#### WHAT THE EXERCISE ASKS
Exactly as written, copy the lines that run from the start of the data below to the line containing "#6=PRODUCT_DEFINITION('','',#4,#5);", both ends included.

------

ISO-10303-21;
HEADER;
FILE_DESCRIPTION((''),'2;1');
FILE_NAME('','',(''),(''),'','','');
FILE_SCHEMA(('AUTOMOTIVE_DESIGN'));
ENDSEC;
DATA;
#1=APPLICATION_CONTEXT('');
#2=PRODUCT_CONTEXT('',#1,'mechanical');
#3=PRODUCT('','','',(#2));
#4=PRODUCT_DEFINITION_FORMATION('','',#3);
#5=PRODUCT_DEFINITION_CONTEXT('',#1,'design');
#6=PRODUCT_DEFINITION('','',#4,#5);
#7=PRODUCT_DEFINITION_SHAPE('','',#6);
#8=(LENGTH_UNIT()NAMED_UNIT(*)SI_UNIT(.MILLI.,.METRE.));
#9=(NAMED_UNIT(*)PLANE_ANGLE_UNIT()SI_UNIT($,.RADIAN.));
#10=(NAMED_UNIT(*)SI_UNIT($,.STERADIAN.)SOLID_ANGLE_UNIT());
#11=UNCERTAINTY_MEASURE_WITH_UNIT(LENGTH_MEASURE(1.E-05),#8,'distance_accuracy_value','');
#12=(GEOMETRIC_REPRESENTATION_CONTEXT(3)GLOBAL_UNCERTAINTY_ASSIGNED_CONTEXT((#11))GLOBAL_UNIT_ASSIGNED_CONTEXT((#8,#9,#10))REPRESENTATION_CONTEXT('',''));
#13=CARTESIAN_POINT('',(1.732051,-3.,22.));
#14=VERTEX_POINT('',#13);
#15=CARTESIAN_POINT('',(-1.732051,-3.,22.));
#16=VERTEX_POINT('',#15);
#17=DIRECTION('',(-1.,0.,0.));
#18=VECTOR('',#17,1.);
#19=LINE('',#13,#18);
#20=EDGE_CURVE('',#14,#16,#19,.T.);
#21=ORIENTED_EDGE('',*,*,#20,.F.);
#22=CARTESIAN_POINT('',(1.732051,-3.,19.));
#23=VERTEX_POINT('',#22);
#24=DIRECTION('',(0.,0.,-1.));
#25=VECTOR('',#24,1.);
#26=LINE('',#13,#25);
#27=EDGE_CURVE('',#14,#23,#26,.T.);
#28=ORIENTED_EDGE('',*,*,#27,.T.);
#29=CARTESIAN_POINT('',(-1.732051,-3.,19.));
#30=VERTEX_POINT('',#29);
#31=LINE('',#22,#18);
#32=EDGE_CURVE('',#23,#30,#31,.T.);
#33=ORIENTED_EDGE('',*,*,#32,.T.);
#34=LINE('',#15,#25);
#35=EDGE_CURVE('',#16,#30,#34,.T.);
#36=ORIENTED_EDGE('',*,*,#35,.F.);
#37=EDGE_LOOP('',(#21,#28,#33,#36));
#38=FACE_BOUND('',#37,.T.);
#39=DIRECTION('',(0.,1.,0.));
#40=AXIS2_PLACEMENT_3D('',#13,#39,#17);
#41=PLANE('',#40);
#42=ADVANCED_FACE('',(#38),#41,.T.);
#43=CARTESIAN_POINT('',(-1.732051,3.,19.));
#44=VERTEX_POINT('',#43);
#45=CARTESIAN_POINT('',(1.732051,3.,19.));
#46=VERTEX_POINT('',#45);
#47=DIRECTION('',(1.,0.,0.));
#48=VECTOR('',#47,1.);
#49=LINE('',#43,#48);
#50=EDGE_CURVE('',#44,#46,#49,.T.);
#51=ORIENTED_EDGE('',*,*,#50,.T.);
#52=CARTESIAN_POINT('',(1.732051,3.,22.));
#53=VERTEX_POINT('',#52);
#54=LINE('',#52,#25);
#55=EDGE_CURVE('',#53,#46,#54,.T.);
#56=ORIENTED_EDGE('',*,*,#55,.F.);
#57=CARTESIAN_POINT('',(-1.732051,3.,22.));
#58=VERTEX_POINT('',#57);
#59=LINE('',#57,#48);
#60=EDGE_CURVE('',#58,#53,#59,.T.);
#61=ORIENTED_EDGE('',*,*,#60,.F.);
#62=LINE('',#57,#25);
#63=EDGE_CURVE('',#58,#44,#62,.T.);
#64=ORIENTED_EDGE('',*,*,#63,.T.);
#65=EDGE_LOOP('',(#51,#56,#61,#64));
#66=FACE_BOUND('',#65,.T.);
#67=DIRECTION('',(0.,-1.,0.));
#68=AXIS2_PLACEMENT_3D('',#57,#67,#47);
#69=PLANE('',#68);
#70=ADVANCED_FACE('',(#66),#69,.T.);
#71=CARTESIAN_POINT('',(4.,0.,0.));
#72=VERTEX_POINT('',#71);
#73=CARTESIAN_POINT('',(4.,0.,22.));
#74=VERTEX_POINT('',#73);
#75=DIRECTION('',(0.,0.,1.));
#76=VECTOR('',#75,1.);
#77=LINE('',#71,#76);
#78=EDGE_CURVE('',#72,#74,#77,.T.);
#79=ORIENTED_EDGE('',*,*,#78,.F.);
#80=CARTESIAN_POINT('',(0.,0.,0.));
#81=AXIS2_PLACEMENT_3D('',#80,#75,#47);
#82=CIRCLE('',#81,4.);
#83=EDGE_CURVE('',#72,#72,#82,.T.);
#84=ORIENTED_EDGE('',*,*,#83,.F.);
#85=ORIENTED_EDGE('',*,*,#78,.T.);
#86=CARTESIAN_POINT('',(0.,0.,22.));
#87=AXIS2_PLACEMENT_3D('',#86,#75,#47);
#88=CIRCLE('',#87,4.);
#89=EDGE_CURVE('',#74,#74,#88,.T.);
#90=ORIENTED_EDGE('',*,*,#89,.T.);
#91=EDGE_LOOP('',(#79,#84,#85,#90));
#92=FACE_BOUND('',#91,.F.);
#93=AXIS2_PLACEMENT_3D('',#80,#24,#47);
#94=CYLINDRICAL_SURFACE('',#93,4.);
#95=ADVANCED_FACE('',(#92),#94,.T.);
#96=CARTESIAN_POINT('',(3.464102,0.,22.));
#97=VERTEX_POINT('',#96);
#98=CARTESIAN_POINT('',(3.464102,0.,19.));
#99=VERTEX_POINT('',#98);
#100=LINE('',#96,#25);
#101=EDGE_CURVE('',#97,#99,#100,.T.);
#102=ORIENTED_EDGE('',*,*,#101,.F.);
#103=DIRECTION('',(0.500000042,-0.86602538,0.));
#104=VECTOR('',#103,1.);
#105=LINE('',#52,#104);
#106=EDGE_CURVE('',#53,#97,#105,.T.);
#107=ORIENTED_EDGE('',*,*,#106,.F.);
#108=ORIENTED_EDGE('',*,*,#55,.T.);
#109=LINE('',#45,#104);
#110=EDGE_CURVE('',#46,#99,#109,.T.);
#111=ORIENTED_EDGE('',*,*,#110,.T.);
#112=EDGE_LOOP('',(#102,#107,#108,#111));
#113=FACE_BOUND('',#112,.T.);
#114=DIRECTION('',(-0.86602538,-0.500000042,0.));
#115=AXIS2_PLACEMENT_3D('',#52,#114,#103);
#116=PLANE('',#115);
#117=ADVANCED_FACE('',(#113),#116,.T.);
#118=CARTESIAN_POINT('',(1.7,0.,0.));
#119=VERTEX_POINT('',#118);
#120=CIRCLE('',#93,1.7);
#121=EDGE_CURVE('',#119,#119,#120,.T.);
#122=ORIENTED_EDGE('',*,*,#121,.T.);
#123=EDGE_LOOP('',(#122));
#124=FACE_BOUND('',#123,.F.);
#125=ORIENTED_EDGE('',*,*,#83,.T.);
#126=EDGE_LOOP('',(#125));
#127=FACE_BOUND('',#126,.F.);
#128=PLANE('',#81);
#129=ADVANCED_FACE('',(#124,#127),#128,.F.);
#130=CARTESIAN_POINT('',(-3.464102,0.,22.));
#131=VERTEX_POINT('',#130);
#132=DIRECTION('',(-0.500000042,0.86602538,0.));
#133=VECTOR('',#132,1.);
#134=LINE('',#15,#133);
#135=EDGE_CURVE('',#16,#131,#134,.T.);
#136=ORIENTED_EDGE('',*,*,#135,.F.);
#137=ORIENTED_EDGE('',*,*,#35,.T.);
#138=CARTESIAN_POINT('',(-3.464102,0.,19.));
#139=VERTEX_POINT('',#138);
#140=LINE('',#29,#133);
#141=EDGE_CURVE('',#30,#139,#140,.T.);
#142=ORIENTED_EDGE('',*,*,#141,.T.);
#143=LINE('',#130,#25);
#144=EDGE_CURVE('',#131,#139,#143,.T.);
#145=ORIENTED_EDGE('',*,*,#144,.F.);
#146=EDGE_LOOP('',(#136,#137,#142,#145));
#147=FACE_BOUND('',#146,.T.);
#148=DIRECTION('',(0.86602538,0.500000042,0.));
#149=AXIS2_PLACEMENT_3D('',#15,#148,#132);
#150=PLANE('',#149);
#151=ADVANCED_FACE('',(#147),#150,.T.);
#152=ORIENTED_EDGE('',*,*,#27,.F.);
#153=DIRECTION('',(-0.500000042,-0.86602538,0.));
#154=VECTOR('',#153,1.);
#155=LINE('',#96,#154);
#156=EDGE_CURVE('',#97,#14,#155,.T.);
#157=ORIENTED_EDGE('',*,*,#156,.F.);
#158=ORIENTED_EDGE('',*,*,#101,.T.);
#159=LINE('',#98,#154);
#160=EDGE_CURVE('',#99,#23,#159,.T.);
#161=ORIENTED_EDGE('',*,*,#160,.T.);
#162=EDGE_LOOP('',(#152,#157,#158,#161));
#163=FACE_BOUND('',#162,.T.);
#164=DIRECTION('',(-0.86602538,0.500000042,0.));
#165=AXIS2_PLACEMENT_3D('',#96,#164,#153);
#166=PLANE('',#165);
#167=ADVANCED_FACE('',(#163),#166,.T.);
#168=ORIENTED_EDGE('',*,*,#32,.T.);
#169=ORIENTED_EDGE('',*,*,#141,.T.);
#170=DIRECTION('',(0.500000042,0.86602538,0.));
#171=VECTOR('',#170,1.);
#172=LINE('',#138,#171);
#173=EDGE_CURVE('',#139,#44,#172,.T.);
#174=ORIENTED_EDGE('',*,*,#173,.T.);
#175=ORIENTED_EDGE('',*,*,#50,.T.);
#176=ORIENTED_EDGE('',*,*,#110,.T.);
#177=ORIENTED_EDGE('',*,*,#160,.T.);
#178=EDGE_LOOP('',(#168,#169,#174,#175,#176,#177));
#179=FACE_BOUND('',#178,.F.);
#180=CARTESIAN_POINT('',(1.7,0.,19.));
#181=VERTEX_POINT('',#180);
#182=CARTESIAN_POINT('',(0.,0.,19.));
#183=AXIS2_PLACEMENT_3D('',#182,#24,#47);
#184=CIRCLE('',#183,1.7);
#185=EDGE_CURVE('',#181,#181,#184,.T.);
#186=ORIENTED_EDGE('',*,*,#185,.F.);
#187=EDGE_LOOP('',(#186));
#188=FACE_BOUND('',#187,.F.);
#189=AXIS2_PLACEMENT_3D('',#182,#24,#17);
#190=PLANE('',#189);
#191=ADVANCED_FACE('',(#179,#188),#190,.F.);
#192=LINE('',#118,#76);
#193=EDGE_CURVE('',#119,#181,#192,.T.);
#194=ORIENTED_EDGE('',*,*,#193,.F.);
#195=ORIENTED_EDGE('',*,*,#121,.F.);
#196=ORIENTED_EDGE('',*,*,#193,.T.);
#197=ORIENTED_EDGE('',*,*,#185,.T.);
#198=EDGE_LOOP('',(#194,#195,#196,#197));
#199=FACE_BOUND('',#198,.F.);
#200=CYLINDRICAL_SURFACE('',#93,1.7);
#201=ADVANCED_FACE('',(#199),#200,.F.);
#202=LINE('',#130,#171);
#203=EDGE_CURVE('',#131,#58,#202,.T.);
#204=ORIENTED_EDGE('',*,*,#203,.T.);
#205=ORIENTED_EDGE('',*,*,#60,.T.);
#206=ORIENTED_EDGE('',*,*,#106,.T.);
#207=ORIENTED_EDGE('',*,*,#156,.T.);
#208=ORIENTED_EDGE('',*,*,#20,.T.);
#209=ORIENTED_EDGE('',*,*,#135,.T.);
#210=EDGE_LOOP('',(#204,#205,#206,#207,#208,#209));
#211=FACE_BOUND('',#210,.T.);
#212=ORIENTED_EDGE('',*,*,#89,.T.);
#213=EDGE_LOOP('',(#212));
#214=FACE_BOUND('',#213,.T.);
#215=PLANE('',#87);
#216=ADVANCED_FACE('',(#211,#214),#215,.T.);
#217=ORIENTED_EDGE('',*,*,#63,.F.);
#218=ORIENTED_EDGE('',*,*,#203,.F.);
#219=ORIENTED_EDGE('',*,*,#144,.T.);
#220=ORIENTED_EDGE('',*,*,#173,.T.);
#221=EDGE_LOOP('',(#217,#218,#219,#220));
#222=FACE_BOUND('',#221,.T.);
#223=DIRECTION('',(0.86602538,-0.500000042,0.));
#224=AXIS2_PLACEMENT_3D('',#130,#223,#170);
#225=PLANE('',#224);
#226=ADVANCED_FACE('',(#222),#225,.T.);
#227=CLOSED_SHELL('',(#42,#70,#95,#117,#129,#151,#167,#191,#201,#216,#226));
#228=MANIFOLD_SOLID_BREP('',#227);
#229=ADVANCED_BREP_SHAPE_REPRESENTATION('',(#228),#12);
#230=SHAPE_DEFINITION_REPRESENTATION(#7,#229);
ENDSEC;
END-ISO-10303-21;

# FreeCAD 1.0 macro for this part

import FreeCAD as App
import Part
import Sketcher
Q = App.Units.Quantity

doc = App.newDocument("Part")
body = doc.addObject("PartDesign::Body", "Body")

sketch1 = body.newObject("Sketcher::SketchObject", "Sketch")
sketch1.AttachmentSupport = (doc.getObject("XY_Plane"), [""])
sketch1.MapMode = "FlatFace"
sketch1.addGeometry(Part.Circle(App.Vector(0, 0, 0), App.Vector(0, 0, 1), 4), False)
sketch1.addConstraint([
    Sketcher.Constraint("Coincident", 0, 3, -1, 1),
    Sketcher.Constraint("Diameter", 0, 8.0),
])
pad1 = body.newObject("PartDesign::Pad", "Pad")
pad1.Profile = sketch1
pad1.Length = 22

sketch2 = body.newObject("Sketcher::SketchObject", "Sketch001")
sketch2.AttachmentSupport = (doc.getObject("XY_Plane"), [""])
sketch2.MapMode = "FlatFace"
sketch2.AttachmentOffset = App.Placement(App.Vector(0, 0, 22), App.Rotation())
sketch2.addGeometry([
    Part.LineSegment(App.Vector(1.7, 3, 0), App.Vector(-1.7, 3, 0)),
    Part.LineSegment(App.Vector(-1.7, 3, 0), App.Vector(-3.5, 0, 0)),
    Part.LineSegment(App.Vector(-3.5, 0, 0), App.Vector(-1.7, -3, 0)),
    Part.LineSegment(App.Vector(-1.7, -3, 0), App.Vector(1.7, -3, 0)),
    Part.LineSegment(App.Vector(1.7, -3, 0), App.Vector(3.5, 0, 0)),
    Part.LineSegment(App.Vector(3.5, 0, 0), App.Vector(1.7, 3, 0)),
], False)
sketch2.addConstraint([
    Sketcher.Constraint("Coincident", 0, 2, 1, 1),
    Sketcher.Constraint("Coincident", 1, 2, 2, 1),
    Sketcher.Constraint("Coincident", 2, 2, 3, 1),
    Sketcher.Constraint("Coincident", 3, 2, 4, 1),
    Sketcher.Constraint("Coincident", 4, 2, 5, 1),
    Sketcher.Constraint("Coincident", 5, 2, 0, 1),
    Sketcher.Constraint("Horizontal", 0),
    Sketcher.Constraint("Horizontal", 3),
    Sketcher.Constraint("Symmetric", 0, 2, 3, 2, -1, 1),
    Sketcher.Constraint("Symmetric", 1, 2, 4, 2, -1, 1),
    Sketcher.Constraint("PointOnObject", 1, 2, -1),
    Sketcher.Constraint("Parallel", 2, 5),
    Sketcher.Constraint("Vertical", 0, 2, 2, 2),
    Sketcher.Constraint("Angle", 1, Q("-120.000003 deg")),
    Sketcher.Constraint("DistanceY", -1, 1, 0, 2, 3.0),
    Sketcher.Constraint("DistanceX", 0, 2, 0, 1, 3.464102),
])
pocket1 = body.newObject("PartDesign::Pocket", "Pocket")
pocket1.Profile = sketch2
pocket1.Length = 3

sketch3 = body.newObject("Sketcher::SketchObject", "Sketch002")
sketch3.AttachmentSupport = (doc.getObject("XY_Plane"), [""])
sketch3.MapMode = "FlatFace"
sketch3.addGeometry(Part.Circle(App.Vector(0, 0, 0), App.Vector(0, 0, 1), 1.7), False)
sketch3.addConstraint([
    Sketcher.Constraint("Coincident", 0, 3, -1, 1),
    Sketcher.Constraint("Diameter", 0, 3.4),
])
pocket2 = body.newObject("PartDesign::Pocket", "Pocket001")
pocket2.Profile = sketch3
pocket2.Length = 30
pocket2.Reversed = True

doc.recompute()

------

#### RESPONSE TO THE TASK
ISO-10303-21;
HEADER;
FILE_DESCRIPTION((''),'2;1');
FILE_NAME('','',(''),(''),'','','');
FILE_SCHEMA(('AUTOMOTIVE_DESIGN'));
ENDSEC;
DATA;
#1=APPLICATION_CONTEXT('');
#2=PRODUCT_CONTEXT('',#1,'mechanical');
#3=PRODUCT('','','',(#2));
#4=PRODUCT_DEFINITION_FORMATION('','',#3);
#5=PRODUCT_DEFINITION_CONTEXT('',#1,'design');
#6=PRODUCT_DEFINITION('','',#4,#5);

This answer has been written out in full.